CODRUTA’S ROLLED OAT SOURDOUGH
(reprinted with permission, from Apa. Faina. Sare)

Makes one very large loaf or two medium-sized loaves.

for pre-ferment:
50 g very active starter made with regular flour (100% hydration)
50 g very active starter made with rye flour (100% hydration)
100 g bread flour
50 g water

for final dough:
all pre-ferment (250g)
450 g white bread flour
150 g whole wheat flour
130 g rolled oats (rolled thick is better)
470 g cold water
17 g salt

Prepare the pre-ferment by dissolving both types of starters in water, then add the flour. Stir and cover the container, placing it immediately in the refrigerator.  It is better to use a tall and narrow pot, transparent, so you can mark the level of your starter mixture as you place it in the fridge. Let it sit there 18-24 hours, until the yeast bubble grows up. You have a margin of a few hours to use for the yeast bubble will remain within, then begins to collapse.  Ideally, you should catch it when it’s almost doubled in bulk, as you can see in this photo.

When the starter is ready to be used, mix in a bowl the flours, rolled oats and cold water, let it sit 40 to 60 min (the autolyse step). Sprinkle salt on top, add the fermented starter straight from the fridge. Blend all ingredients together. Knead by folding directly into the bowl, a few minutes, until the dough comes off the fingers and the vessel walls. The dough will be quite dense, but do not add more water. Cover the pot, wait 15 minutes, and repeat the kneading by folding (one complete rotation of the vessel is sufficient). Cover and wait 15 minutes.

Transfer the dough in a greased rectangular dish with oil, make a set of stretch and fold (SF), wait 45 minutes, repeat the set of SF and place dough in the refrigerator.  Let dough in refrigerator for 15 to 18 hours.

Remove dough from refrigerator and leave it at room temperature for 1 hour. Divide the dough in two, and shape each half as a round or oval loaf.  Place the shaped loaves in a banetton or another appropriate container, with the seam up. Cover the pot with a light fabric, and then with plastic wrap. Let the dough proof at room temperature for 2 hours and 30 minutes.

Heat your oven 45 minutes before baking time. Have a baking stone inside and your method to generate steam planned. Bake at 460 F  for 45 min, with steam for the initial 15 min. Reduce temp to 440 F  if the bread seems to be browning too much.
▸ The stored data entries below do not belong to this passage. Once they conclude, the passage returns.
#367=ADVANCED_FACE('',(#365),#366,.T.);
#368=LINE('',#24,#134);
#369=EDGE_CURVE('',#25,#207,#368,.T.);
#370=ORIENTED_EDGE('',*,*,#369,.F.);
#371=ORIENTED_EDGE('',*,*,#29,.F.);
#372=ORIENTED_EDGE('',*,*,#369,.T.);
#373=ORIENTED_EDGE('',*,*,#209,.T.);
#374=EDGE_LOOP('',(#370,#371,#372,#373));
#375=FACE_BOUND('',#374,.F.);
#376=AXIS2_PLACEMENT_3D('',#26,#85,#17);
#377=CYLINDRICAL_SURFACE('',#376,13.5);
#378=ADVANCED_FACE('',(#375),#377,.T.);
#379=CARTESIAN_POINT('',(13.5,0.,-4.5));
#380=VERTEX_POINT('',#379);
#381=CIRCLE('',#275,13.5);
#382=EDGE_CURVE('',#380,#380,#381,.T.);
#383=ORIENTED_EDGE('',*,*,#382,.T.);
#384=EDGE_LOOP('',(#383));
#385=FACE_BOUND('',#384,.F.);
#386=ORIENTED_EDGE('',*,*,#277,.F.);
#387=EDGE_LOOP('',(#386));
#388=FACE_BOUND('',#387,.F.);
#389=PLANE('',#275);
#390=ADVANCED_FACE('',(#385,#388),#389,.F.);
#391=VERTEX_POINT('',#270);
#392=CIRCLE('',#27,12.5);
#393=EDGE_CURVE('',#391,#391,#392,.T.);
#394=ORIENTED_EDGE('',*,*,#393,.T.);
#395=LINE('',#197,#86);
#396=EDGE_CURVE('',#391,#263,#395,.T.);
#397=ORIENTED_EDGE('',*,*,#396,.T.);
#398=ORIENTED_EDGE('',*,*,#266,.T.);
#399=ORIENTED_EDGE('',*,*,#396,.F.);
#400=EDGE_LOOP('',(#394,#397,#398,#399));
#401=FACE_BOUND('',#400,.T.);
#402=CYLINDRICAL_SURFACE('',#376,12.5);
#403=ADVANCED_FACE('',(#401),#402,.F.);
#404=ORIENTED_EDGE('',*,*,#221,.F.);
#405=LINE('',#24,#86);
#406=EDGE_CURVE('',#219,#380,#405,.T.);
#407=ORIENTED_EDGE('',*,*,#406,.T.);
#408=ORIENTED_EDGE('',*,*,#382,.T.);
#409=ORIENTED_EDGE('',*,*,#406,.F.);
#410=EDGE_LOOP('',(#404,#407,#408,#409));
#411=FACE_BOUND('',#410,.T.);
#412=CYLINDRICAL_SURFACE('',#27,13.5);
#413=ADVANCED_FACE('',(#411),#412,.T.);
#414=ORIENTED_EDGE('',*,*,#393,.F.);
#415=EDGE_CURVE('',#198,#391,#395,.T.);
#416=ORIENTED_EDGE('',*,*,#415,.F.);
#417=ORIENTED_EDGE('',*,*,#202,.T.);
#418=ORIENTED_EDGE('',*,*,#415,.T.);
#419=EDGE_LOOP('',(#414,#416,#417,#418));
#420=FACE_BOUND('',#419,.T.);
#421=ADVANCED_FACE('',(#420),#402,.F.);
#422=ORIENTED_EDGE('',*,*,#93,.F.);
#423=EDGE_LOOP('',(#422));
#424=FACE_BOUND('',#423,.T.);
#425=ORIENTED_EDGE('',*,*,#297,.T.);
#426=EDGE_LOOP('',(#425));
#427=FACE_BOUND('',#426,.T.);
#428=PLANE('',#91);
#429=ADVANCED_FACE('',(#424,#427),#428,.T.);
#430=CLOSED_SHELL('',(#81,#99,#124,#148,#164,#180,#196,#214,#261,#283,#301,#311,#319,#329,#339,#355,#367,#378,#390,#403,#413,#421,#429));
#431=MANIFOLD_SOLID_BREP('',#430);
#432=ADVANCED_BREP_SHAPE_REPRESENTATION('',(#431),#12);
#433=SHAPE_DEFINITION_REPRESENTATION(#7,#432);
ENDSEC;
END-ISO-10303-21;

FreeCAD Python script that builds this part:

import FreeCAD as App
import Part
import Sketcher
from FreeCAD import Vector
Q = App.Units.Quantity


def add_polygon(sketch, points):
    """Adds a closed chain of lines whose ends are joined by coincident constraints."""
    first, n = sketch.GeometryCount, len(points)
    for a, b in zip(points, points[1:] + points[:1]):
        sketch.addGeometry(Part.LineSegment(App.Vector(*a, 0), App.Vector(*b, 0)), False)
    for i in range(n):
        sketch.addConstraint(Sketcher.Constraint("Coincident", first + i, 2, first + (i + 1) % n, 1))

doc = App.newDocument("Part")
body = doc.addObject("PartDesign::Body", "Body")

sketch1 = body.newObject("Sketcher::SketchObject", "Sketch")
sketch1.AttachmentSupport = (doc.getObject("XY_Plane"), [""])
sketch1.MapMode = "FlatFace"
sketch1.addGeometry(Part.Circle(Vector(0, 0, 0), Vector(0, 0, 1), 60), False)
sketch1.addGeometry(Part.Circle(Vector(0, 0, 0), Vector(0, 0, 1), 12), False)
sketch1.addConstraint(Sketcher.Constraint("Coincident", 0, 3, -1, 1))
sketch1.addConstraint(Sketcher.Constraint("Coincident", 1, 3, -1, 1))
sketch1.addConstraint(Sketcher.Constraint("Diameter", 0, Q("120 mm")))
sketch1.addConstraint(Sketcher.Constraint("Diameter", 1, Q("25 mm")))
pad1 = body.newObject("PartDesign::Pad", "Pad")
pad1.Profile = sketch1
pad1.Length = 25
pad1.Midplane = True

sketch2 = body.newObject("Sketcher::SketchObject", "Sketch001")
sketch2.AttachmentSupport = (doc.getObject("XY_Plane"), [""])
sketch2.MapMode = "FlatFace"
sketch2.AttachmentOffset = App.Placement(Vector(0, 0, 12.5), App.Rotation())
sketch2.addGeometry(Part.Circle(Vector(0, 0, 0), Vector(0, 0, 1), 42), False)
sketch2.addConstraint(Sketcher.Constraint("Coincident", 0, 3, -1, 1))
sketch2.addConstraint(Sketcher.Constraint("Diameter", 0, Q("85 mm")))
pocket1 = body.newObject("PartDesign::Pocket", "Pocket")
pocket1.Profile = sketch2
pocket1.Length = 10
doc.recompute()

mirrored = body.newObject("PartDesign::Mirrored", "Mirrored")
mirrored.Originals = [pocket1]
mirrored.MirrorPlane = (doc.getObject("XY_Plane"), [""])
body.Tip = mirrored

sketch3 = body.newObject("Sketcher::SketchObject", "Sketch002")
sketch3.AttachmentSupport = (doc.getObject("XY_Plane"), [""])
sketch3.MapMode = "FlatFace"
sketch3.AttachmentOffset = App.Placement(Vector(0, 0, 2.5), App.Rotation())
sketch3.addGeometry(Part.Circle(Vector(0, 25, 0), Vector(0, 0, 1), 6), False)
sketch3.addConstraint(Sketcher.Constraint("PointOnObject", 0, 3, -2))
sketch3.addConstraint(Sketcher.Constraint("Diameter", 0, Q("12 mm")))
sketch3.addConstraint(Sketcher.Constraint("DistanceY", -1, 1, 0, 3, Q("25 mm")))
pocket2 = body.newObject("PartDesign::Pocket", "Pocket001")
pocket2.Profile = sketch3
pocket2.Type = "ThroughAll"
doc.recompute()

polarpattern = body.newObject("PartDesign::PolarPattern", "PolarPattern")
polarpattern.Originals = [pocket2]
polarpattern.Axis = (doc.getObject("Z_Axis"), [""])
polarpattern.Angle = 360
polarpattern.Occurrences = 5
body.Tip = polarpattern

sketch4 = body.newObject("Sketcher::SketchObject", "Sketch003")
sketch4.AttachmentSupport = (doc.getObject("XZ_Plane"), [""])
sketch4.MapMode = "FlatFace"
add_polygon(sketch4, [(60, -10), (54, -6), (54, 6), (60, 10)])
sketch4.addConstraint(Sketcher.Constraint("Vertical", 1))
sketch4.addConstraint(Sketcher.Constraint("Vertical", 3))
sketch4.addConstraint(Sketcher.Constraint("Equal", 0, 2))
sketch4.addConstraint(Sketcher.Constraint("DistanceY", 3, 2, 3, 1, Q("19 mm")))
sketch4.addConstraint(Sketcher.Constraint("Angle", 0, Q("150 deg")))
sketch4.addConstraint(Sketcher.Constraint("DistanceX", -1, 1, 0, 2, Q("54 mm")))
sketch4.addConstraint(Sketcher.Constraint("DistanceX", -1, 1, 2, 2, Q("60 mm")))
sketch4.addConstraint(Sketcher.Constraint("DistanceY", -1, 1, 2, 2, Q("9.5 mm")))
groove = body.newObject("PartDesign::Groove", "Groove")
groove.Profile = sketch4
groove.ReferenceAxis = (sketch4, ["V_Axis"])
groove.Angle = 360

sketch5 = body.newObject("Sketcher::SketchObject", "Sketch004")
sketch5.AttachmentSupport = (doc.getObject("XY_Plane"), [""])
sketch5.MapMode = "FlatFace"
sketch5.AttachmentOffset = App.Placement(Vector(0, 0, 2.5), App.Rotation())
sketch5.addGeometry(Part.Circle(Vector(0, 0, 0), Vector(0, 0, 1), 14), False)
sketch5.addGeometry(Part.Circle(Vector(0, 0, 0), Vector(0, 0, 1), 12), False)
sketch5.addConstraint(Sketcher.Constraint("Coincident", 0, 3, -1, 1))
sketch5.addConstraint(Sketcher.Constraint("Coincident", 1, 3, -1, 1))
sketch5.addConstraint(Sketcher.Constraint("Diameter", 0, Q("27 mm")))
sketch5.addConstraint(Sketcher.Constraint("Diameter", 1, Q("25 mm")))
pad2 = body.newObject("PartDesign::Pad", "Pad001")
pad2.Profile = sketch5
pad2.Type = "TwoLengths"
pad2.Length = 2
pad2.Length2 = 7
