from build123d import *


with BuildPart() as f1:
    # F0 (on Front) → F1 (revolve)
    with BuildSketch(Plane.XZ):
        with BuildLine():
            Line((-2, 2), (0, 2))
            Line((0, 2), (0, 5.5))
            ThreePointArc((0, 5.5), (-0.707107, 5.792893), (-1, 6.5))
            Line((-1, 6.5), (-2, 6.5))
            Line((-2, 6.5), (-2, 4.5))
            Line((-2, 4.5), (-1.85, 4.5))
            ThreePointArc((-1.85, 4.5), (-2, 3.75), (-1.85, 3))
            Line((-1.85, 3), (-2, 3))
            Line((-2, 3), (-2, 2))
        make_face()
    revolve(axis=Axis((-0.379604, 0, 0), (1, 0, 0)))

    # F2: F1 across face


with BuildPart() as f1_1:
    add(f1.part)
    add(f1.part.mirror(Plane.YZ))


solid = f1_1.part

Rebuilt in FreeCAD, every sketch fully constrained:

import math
import FreeCAD as App
import Part
import Sketcher
Q = App.Units.Quantity

doc = App.newDocument("Part")
params = doc.addObject("Spreadsheet::Sheet", "Params")
for row, (alias, value) in enumerate([
    ("sketch1_radius", "0.999999 mm"),
    ("sketch1_width", "2 mm"),
    ("sketch1_radius2", "1.95 mm"),
    ("sketch1_height", "3.5 mm"),
    ("sketch1_width2", "0.15 mm"),
    ("revolution_angle", "360 deg"),
], start=1):
    params.set(f"A{row}", alias)
    params.set(f"B{row}", "=" + value)
    params.setAlias(f"B{row}", alias)

body = doc.addObject("PartDesign::Body", "Body")

# Sketch on XZ plane
sketch1 = body.newObject("Sketcher::SketchObject", "Sketch")
sketch1.AttachmentSupport = (doc.getObject("XZ_Plane"), [""])
sketch1.MapMode = "FlatFace"
sketch1.addGeometry([
    Part.LineSegment(App.Vector(-2, 2, 0), App.Vector(0, 2, 0)),  # 0
    Part.LineSegment(App.Vector(0, 2, 0), App.Vector(0, 5.5, 0)),  # 1
    Part.ArcOfCircle(Part.Circle(App.Vector(0, 6.5, 0), App.Vector(0, 0, 1), 1), math.radians(180), math.radians(270)),  # 2
    Part.LineSegment(App.Vector(-1, 6.5, 0), App.Vector(-2, 6.5, 0)),  # 3
    Part.LineSegment(App.Vector(-2, 6.5, 0), App.Vector(-2, 4.5, 0)),  # 4
    Part.LineSegment(App.Vector(-2, 4.5, 0), App.Vector(-1.85, 4.5, 0)),  # 5
    Part.ArcOfCircle(Part.Circle(App.Vector(-0.05, 3.75, 0), App.Vector(0, 0, 1), 1.95), math.radians(157), math.radians(203)),  # 6
    Part.LineSegment(App.Vector(-1.85, 3, 0), App.Vector(-2, 3, 0)),  # 7
    Part.LineSegment(App.Vector(-2, 3, 0), App.Vector(-2, 2, 0)),  # 8
], False)
sketch1.addConstraint([
    Sketcher.Constraint("Coincident", 0, 2, 1, 1),
    Sketcher.Constraint("Coincident", 1, 2, 2, 2),
    Sketcher.Constraint("Coincident", 2, 1, 3, 1),
    Sketcher.Constraint("Coincident", 3, 2, 4, 1),
    Sketcher.Constraint("Coincident", 4, 2, 5, 1),
    Sketcher.Constraint("Coincident", 5, 2, 6, 1),
    Sketcher.Constraint("Coincident", 6, 2, 7, 1),
    Sketcher.Constraint("Coincident", 7, 2, 8, 1),
    Sketcher.Constraint("Coincident", 8, 2, 0, 1),
    Sketcher.Constraint("Horizontal", 0),
    Sketcher.Constraint("Vertical", 1),
    Sketcher.Constraint("Horizontal", 3),
    Sketcher.Constraint("Vertical", 4),
    Sketcher.Constraint("Horizontal", 5),
    Sketcher.Constraint("Horizontal", 7),
    Sketcher.Constraint("Vertical", 8),
    Sketcher.Constraint("PointOnObject", 2, 3, -2),
    Sketcher.Constraint("PointOnObject", 0, 2, -2),
    Sketcher.Constraint("Vertical", 5, 2, 6, 2),
    Sketcher.Constraint("Vertical", 4, 2, 7, 2),
    Sketcher.Constraint("Equal", 0, 4),
    Sketcher.Constraint("Equal", 3, 8),
    Sketcher.Constraint("Radius", 2, Q("0.999999 mm")),
    Sketcher.Constraint("DistanceX", 0, 1, 0, 2, Q("2 mm")),
    Sketcher.Constraint("Radius", 6, Q("1.95 mm")),
    Sketcher.Constraint("DistanceY", 1, 1, 1, 2, Q("3.5 mm")),
    Sketcher.Constraint("DistanceY", -1, 1, 0, 2, Q("2 mm")),
    Sketcher.Constraint("DistanceY", 1, 2, 2, 1, Q("1 mm")),
    Sketcher.Constraint("DistanceX", 5, 1, 5, 2, Q("0.15 mm")),
])
sketch1.setExpression("Constraints[22]", "Params.sketch1_radius")
sketch1.setExpression("Constraints[23]", "Params.sketch1_width")
sketch1.setExpression("Constraints[24]", "Params.sketch1_radius2")
sketch1.setExpression("Constraints[25]", "Params.sketch1_height")
sketch1.setExpression("Constraints[28]", "Params.sketch1_width2")
revolution = body.newObject("PartDesign::Revolution", "Revolution")
revolution.Profile = sketch1
revolution.ReferenceAxis = (sketch1, ["H_Axis"])
revolution.setExpression("Angle", "Params.revolution_angle")
body2 = doc.addObject("PartDesign::Body", "Body001")
doc.recompute()

body2.BaseFeature = body
doc.recompute()

mirroring = doc.addObject("Part::Mirroring", "Mirroring")
mirroring.Source = body
mirroring.Base = App.Vector(0, 0, 0)
mirroring.Normal = App.Vector(1, 0, 0)
body3 = doc.addObject("PartDesign::Body", "Body002")
body3.BaseFeature = mirroring
boolean = body2.newObject("PartDesign::Boolean", "Boolean")
boolean.Type = "Fuse"
boolean.addObjects([body3])
doc.recompute()
mirroring.Visibility = False

doc.recompute()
Cool it completely before slicing.

ENJOY!

to print the recipe, click here

With this bread, I tried to work on shaping a batard, but next time I will divide the dough in uneven portions, making a slightly smaller batard and bigger “boule”.  I need a bit more practice with this shape of bread, but I feel I’m slowly making progress…  I was hoping for a shorter bread, with more pointed ends.  It will happen.  I know it will…  😉

The bread was absolutely delicious! The oats, although not previously soaked, more or less disappear into the dough, contributing flavor and a very slight hint of texture. Perfect! More and more I lean towards bread with whole wheat flour and grains or seeds inside, I find that they are very satisfying and more flavorful than white bread.

Unfortunately, I had a small problem with my camera – pilot error – and lost all my photos of the crumb.   Mine was not as perfect as Codruta’s bread, but no one who tried the bread seemed to mind…  Make sure to stop by her blog and marvel at the structure of her bread,  with a beautiful pyramidal shape, which is a sign of perfect handling of the dough.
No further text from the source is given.